A real test suite covers persistence, hybrid + semantic recall, supersession, the boot pack, the
hook JSON contract, git-root tagging, and the env overrides. CI runs it across Python 3.10–3.13.

```bash
pip install pytest
pytest -q
```

## Limitations & edge cases (the honest list)

engrim is small and opinionated on purpose.
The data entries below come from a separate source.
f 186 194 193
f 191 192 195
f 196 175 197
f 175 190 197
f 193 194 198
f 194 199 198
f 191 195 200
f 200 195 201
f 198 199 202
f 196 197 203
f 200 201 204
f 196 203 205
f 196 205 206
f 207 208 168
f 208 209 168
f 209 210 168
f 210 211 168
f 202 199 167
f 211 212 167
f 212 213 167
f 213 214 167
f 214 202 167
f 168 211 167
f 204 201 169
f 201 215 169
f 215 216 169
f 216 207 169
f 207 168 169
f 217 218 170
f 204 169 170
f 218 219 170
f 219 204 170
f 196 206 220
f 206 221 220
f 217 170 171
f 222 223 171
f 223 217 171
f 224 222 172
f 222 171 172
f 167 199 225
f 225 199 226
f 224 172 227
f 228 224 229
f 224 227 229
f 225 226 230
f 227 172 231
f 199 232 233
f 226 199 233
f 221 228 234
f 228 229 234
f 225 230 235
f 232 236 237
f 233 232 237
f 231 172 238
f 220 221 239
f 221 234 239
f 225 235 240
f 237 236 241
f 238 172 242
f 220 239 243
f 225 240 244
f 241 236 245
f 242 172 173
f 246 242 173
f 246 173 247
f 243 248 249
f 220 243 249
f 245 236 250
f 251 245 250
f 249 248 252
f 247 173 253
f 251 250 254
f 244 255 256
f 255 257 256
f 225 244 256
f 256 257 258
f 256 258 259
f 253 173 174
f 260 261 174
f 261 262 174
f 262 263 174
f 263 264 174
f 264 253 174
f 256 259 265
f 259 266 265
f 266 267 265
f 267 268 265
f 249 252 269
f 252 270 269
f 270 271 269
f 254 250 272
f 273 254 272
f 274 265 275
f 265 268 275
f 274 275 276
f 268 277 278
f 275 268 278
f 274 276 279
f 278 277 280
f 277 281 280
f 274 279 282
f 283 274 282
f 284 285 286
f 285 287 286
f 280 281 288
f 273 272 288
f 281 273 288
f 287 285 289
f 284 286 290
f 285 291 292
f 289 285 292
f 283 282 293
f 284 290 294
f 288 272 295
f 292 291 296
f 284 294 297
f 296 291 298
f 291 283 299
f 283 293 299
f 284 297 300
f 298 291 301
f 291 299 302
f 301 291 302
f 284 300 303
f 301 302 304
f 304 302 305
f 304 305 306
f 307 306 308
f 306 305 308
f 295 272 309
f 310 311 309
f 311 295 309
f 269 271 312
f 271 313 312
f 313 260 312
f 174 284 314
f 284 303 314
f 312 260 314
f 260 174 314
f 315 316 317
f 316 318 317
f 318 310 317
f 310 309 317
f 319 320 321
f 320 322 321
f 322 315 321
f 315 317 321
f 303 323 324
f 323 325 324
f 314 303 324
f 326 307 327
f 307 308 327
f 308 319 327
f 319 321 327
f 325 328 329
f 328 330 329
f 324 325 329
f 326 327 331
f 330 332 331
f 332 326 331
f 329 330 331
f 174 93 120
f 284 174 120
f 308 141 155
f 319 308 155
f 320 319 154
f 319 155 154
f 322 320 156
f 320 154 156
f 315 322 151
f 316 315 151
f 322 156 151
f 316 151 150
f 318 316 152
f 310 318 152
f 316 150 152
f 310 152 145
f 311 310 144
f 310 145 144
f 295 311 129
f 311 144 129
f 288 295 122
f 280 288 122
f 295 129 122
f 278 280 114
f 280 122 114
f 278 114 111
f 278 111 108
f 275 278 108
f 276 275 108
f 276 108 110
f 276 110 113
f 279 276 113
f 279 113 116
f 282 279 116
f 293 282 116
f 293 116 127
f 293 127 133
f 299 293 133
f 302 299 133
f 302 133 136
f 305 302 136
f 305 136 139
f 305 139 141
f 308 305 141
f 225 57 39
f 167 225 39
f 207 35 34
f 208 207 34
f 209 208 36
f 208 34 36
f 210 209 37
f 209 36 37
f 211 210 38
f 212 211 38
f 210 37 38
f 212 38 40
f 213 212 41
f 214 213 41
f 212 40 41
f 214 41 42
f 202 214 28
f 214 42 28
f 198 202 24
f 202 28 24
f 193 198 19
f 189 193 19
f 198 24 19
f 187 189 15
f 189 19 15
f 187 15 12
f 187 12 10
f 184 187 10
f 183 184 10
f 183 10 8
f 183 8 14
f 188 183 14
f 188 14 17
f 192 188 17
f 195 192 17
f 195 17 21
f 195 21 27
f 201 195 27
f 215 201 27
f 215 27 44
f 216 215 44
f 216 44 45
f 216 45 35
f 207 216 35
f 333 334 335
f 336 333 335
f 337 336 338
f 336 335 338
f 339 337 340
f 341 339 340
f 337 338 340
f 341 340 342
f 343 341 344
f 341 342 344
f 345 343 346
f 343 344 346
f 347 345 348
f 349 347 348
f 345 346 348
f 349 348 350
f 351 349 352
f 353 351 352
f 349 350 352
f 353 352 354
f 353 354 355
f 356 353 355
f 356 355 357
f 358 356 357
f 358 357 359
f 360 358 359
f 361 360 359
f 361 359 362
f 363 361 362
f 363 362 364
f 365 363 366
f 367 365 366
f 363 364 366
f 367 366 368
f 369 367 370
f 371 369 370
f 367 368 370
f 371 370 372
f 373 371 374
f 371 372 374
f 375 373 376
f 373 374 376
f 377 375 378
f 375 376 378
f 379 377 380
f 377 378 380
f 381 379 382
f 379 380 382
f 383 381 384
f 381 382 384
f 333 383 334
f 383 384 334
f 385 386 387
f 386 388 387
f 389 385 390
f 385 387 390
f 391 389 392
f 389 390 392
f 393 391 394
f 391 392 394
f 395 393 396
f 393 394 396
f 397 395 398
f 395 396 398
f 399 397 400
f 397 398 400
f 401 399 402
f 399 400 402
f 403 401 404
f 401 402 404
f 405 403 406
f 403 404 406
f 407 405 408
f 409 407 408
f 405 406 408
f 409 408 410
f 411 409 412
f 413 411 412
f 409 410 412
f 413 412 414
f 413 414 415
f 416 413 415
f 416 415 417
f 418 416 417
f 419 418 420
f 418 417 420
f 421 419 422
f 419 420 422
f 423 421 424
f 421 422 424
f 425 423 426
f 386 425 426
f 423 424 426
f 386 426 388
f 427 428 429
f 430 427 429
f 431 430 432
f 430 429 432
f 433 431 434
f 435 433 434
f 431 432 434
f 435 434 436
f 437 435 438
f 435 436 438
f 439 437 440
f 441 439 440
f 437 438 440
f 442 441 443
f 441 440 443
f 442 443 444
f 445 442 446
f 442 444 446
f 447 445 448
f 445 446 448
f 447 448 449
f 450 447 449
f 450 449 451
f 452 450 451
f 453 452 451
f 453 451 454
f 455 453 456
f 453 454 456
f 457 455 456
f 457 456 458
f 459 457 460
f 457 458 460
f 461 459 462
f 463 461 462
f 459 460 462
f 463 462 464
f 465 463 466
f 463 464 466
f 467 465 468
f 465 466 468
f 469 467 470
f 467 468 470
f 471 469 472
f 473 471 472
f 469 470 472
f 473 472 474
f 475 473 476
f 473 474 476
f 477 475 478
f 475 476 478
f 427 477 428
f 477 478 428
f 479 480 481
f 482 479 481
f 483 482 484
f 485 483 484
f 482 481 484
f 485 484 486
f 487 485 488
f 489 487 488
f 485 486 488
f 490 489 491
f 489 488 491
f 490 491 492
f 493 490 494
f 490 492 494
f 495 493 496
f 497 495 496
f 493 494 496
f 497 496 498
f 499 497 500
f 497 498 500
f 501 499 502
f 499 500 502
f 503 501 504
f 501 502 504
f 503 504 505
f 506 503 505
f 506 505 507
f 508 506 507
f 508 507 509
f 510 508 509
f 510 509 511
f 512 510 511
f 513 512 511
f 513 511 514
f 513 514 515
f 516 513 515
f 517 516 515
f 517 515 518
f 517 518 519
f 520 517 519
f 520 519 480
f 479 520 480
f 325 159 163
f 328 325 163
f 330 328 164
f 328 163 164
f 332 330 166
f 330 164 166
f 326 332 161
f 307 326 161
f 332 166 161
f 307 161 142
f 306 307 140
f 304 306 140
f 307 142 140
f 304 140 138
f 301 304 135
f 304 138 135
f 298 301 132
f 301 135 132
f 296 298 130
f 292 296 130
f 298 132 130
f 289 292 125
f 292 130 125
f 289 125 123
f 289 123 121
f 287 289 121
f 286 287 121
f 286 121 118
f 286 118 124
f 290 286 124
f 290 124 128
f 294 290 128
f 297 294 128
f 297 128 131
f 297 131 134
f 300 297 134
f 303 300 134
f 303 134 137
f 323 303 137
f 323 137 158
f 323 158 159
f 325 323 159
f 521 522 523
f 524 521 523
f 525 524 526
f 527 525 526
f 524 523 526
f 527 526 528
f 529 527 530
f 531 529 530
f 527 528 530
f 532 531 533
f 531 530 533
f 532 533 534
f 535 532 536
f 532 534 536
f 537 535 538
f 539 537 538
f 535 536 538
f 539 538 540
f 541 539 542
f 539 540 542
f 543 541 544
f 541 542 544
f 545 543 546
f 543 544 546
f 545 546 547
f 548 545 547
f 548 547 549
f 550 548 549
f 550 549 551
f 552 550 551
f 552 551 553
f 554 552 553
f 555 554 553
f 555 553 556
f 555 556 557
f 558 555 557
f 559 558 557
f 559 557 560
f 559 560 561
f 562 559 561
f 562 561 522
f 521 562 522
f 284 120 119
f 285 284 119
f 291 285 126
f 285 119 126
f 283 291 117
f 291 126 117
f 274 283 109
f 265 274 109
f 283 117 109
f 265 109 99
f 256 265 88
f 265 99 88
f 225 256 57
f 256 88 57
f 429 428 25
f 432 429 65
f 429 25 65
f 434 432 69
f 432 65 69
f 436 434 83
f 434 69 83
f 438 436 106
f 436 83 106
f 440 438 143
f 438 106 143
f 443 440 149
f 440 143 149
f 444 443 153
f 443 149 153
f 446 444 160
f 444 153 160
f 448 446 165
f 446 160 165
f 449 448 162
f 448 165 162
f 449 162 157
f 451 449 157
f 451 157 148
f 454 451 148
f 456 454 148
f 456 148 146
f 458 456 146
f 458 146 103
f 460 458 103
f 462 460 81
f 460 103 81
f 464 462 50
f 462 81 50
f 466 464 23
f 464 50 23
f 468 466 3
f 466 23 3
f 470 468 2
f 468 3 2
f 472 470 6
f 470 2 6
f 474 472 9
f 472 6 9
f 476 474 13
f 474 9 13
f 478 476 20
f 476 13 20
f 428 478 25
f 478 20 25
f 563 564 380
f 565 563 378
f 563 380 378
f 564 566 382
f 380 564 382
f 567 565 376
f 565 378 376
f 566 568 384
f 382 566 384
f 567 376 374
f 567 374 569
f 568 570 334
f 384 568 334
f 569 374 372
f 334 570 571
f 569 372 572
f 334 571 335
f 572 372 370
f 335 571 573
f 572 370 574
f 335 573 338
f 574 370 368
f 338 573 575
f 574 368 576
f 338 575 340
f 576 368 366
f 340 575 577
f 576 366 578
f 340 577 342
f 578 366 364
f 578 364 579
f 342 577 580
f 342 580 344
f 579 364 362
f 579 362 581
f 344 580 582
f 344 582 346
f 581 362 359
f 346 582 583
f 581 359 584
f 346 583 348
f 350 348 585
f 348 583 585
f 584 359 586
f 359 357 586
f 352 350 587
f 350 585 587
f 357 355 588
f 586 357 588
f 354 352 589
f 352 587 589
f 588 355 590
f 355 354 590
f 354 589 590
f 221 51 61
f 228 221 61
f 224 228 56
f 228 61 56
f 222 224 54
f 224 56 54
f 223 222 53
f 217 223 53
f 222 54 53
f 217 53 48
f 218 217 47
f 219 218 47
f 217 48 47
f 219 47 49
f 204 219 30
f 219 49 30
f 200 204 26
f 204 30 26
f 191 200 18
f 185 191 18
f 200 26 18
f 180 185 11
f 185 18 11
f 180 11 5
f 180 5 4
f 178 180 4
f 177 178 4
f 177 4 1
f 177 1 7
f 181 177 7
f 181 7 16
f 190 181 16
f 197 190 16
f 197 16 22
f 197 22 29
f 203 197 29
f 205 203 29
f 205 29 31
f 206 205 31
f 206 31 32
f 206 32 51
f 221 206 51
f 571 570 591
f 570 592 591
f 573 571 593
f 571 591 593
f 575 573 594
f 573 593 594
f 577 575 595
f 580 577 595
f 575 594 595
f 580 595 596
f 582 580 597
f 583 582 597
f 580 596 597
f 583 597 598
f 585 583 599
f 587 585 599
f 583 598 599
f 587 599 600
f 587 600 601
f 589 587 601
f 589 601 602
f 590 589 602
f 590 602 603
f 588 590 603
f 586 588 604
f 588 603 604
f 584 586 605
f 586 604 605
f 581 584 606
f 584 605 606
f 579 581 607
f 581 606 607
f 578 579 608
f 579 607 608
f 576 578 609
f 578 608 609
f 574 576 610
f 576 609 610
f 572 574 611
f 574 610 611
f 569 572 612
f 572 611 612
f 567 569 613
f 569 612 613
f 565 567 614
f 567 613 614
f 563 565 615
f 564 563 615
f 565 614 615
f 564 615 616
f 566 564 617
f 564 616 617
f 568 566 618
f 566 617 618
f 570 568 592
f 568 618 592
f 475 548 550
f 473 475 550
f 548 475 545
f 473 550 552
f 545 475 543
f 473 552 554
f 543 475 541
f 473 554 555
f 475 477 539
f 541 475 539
Known edges, stated plainly:

- **It remembers what gets *recorded*, not everything you say.** This is the most important one.
  Curated memory holds what you (or the agent) `add`; the boot pack and the minder only surface
  *that*. If a decision is discussed but never recorded before the session closes, it isn't in
  curated memory — capture matters. (The transcript `log` keeps the raw back-and-forth, but it's a
  flight recorder you query deliberately, not what the minder reasons over.)
- **Retrieval, not comprehension.** The minder ranks records by relevance to your prompt — fast and
  good, but it doesn't *understand* them. Hybrid ranking can still over-weight a stray keyword match
  on very abstract queries; rerank and adaptive fusion are on the [roadmap](ROADMAP.md).
- **First-run model download.** The semantic tier fetches a small model from HuggingFace once
  (`engrim setup` does this up front with a visible message). Offline/locked host? `ENGRIM_EMBED=off`
  runs lexical with no network.
- **It doesn't enlarge the context window.** Nothing can. It lets you *use* the window efficiently.
- **Monorepos:** git-root tagging treats the whole repo as one project. For per-package memory, set
  `ENGRIM_PROJECT` per package.
- **Docker on macOS/Windows:** SQLite over a Docker Desktop **bind mount** can hit filesystem-locking
  flakiness. Use a **named volume** there; native Linux bind mounts are fine.
- **Single-user by design.** No auth or multi-tenant model — it's your local memory, not a team server.
- **Moved a project folder?** Memory stays under the old path tag. Re-tag by exporting/re-adding, or
  pin a stable `ENGRIM_PROJECT`.

## Agent support

engrim's core is **agent-agnostic** — a CLI over a SQLite file, so anything that can run a shell
command can use it. The *auto-load* integration (hooks that inject memory automatically) is
**Claude Code-first** in these early releases; the brain is universal, only that adapter is
per-agent. Broader provider support is on the [roadmap](ROADMAP.md). **Open SQLite, no lock-in.**

## Why it's free

engrim is MIT-licensed and free because the people doing the hardest builds shouldn't have to lose
their context to do them. If it saves you a fraction of what it would've saved me, that's the point.
Ideas and pull requests welcome.

## License

MIT © 2026 Tim Gordon. Not affiliated with Anthropic.